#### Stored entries

[Start of Attachment]

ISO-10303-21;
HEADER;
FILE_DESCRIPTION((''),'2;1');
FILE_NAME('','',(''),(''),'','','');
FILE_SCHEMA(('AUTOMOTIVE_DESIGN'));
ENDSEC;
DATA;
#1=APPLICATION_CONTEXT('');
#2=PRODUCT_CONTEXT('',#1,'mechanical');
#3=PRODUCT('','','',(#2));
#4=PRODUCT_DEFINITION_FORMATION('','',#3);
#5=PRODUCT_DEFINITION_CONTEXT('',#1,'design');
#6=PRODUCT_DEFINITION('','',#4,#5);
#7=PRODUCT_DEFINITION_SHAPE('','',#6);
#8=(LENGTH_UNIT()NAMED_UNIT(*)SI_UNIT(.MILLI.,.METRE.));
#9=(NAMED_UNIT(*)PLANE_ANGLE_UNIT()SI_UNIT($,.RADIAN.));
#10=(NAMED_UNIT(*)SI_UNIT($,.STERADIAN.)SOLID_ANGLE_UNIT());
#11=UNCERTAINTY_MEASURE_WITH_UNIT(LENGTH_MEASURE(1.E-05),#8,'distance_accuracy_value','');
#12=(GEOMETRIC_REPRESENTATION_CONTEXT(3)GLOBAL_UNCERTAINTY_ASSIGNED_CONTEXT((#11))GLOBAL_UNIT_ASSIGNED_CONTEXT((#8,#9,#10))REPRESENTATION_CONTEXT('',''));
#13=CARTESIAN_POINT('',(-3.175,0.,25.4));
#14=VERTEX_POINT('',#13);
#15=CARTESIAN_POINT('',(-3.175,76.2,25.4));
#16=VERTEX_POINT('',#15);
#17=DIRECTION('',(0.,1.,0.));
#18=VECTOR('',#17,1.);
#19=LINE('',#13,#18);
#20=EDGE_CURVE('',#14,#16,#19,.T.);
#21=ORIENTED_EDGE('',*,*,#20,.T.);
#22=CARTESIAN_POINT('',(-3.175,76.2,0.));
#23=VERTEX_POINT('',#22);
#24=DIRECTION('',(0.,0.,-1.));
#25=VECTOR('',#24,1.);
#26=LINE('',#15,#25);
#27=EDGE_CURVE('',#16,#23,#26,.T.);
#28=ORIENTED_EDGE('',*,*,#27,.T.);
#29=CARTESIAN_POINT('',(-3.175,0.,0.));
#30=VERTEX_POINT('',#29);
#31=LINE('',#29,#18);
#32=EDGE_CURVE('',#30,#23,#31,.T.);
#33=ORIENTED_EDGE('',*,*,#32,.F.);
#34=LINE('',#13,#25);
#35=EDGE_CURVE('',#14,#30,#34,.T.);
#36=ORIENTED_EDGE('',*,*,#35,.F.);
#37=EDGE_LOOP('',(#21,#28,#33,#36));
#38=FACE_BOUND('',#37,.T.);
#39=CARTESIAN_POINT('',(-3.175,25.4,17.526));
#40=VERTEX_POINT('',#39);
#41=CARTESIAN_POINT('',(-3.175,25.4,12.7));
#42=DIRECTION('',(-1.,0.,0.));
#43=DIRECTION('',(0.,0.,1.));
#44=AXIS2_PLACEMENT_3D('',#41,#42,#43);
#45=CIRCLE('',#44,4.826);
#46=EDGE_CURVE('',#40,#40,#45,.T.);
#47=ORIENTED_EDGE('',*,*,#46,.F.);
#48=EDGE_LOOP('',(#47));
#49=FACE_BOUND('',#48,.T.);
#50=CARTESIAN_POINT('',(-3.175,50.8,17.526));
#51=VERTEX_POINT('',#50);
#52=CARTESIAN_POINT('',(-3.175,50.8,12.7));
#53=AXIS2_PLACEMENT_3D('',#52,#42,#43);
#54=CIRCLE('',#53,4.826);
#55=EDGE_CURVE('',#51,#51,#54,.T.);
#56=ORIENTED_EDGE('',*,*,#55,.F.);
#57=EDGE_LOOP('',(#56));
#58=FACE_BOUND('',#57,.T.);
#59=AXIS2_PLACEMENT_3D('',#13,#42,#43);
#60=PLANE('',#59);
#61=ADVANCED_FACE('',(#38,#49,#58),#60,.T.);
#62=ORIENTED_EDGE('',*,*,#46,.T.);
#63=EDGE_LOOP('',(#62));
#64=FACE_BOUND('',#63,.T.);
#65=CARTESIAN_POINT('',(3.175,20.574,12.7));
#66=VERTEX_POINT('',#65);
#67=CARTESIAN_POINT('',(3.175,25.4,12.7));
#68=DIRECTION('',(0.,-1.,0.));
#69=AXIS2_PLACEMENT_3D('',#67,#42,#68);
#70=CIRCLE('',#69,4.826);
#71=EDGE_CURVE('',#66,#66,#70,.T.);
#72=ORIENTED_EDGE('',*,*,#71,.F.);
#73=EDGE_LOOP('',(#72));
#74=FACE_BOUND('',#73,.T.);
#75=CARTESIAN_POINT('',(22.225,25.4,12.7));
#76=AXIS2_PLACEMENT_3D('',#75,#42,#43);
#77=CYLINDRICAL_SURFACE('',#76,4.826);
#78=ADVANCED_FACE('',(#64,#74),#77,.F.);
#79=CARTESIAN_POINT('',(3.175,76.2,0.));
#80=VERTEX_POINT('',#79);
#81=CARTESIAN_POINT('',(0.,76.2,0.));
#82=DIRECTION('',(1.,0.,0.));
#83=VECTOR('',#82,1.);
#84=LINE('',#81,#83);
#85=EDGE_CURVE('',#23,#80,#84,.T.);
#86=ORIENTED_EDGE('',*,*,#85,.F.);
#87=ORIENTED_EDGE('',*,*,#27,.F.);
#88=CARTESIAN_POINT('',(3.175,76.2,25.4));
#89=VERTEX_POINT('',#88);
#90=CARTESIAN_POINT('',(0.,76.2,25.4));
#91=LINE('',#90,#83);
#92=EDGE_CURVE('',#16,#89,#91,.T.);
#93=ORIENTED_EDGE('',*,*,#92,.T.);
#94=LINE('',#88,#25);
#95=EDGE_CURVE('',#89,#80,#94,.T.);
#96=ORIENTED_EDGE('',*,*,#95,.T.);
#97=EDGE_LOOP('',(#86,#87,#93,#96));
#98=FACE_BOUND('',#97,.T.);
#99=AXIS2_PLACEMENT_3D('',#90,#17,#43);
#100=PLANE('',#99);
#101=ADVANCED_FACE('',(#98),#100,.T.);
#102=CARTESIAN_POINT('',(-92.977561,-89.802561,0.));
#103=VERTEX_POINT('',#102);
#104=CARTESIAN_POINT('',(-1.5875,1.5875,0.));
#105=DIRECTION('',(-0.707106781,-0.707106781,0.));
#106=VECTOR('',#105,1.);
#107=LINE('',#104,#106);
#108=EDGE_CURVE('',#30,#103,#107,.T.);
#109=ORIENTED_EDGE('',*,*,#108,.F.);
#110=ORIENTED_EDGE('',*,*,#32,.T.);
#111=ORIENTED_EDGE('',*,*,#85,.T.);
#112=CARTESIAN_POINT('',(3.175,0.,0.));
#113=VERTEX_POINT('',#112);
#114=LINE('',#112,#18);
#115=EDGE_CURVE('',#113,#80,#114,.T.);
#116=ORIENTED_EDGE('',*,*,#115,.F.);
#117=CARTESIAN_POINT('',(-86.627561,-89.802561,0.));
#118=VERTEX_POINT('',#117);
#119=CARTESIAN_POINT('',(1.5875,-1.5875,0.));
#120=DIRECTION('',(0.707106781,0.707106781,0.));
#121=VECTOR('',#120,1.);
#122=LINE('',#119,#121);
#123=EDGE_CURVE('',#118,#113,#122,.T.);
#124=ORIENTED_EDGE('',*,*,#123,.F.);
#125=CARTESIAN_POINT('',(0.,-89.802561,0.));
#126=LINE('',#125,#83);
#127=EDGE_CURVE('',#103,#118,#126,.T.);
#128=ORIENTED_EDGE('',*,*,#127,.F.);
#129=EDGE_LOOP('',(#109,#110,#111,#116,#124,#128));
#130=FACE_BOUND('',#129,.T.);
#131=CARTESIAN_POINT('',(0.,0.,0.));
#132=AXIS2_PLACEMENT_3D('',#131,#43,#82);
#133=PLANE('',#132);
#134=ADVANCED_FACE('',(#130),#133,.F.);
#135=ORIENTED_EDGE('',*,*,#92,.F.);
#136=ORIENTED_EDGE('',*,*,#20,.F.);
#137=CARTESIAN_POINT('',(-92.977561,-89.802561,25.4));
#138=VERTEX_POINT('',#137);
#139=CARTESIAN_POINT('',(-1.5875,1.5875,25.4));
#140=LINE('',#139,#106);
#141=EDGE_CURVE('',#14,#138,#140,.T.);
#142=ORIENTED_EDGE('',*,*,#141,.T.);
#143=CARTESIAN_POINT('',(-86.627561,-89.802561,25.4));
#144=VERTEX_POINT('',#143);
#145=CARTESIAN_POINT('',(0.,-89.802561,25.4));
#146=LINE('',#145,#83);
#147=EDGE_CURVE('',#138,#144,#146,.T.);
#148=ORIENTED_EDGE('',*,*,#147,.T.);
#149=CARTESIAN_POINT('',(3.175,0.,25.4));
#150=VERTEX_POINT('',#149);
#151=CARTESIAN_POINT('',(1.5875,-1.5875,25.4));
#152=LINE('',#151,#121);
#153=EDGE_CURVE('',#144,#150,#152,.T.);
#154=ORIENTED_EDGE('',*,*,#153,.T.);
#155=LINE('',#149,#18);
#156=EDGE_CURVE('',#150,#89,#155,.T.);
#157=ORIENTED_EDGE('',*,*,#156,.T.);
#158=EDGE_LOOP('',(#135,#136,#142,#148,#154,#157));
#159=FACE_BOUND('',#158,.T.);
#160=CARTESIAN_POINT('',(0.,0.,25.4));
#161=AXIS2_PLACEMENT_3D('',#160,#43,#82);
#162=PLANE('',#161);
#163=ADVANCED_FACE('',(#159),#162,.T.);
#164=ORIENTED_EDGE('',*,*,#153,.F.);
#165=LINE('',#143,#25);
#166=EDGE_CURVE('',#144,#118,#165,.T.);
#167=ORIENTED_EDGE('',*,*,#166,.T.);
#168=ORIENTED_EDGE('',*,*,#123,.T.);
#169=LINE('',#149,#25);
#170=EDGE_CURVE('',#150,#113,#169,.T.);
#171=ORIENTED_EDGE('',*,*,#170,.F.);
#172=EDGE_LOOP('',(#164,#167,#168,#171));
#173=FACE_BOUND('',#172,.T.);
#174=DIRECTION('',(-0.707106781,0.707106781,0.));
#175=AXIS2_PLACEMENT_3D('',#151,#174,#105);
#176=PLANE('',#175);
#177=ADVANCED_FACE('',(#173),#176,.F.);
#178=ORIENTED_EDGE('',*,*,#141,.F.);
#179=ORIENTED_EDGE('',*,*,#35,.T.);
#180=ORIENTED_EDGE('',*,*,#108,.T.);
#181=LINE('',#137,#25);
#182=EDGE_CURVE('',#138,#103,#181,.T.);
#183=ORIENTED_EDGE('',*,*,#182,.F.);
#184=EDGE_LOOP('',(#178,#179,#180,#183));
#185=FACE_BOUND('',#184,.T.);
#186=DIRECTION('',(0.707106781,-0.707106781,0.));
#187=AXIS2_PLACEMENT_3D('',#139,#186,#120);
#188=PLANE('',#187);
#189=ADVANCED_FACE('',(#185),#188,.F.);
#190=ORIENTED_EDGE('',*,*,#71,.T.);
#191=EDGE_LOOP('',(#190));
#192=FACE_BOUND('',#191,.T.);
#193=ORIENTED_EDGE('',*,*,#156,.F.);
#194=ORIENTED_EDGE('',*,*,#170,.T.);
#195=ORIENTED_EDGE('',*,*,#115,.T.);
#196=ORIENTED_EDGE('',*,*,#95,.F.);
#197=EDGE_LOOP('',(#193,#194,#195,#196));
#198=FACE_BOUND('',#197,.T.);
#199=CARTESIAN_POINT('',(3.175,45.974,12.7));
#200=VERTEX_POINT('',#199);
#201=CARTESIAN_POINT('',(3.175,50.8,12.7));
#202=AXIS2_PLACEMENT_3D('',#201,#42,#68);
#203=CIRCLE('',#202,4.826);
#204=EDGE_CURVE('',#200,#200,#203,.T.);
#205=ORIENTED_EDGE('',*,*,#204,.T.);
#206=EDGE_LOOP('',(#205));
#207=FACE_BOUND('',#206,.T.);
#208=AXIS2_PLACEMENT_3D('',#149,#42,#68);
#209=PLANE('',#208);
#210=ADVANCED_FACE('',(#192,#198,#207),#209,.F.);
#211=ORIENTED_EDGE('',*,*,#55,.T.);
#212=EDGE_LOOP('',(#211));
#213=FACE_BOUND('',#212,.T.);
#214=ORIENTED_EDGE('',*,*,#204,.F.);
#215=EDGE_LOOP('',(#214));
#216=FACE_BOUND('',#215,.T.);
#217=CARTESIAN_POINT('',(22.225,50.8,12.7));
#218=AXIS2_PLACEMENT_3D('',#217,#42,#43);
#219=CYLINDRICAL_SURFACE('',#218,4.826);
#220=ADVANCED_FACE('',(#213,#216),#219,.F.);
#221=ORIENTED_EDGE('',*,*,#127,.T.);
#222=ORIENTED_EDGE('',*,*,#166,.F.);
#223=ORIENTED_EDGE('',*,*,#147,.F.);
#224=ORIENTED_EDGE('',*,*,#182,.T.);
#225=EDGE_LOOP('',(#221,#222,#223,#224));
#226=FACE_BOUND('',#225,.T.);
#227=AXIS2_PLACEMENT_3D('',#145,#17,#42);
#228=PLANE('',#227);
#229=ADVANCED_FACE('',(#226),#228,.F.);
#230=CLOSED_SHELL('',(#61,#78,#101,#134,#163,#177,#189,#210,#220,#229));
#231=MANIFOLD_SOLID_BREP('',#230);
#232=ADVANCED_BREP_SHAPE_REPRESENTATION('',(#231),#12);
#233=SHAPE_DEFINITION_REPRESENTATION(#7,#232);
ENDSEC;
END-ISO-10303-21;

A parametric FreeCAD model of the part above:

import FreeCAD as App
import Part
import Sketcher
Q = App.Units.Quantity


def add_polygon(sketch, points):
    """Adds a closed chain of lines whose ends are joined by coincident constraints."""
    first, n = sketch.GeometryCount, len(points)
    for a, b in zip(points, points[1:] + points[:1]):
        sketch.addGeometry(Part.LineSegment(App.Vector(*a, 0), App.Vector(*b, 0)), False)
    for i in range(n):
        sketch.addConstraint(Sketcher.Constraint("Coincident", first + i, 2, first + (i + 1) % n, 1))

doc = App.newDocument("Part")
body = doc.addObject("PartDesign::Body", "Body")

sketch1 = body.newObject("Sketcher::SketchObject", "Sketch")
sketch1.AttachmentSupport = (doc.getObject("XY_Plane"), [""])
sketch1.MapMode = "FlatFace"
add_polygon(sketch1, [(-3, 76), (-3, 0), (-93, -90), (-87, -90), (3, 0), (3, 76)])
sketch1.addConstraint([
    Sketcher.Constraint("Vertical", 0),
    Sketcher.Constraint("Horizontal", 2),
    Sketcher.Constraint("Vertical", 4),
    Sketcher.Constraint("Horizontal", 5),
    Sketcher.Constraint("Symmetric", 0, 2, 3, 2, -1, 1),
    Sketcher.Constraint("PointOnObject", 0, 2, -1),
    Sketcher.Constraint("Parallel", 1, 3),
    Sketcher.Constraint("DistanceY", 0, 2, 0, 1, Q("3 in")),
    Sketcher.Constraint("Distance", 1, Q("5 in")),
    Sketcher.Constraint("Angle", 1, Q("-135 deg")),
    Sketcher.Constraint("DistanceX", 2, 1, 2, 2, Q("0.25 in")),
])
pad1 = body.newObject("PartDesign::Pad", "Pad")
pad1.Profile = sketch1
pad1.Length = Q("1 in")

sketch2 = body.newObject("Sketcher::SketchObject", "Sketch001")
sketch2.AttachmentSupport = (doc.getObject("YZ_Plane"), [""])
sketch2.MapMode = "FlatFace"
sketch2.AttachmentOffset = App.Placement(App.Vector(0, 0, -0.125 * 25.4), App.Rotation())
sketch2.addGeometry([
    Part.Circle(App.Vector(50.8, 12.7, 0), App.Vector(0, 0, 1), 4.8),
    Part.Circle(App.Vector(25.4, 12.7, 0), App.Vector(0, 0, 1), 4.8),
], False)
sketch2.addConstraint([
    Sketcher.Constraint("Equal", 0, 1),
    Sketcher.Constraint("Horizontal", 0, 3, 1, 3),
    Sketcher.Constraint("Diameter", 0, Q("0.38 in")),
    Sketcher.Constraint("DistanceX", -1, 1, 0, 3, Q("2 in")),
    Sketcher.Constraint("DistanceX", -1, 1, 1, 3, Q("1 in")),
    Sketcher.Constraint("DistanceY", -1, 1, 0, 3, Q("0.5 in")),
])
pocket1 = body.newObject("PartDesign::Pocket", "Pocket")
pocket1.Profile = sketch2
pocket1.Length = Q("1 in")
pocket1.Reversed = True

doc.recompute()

[End of Attachment]

#### To do
Proceeding from the line containing "#73=EDGE_LOOP('',(#72));" through the line containing "#87=ORIENTED_EDGE('',*,*,#27,.F.);", transcribe the lines above exactly, both end lines included.

#### Response to this exercise
#73=EDGE_LOOP('',(#72));
#74=FACE_BOUND('',#73,.T.);
#75=CARTESIAN_POINT('',(22.225,25.4,12.7));
#76=AXIS2_PLACEMENT_3D('',#75,#42,#43);
#77=CYLINDRICAL_SURFACE('',#76,4.826);
#78=ADVANCED_FACE('',(#64,#74),#77,.F.);
#79=CARTESIAN_POINT('',(3.175,76.2,0.));
#80=VERTEX_POINT('',#79);
#81=CARTESIAN_POINT('',(0.,76.2,0.));
#82=DIRECTION('',(1.,0.,0.));
#83=VECTOR('',#82,1.);
#84=LINE('',#81,#83);
#85=EDGE_CURVE('',#23,#80,#84,.T.);
#86=ORIENTED_EDGE('',*,*,#85,.F.);
#87=ORIENTED_EDGE('',*,*,#27,.F.);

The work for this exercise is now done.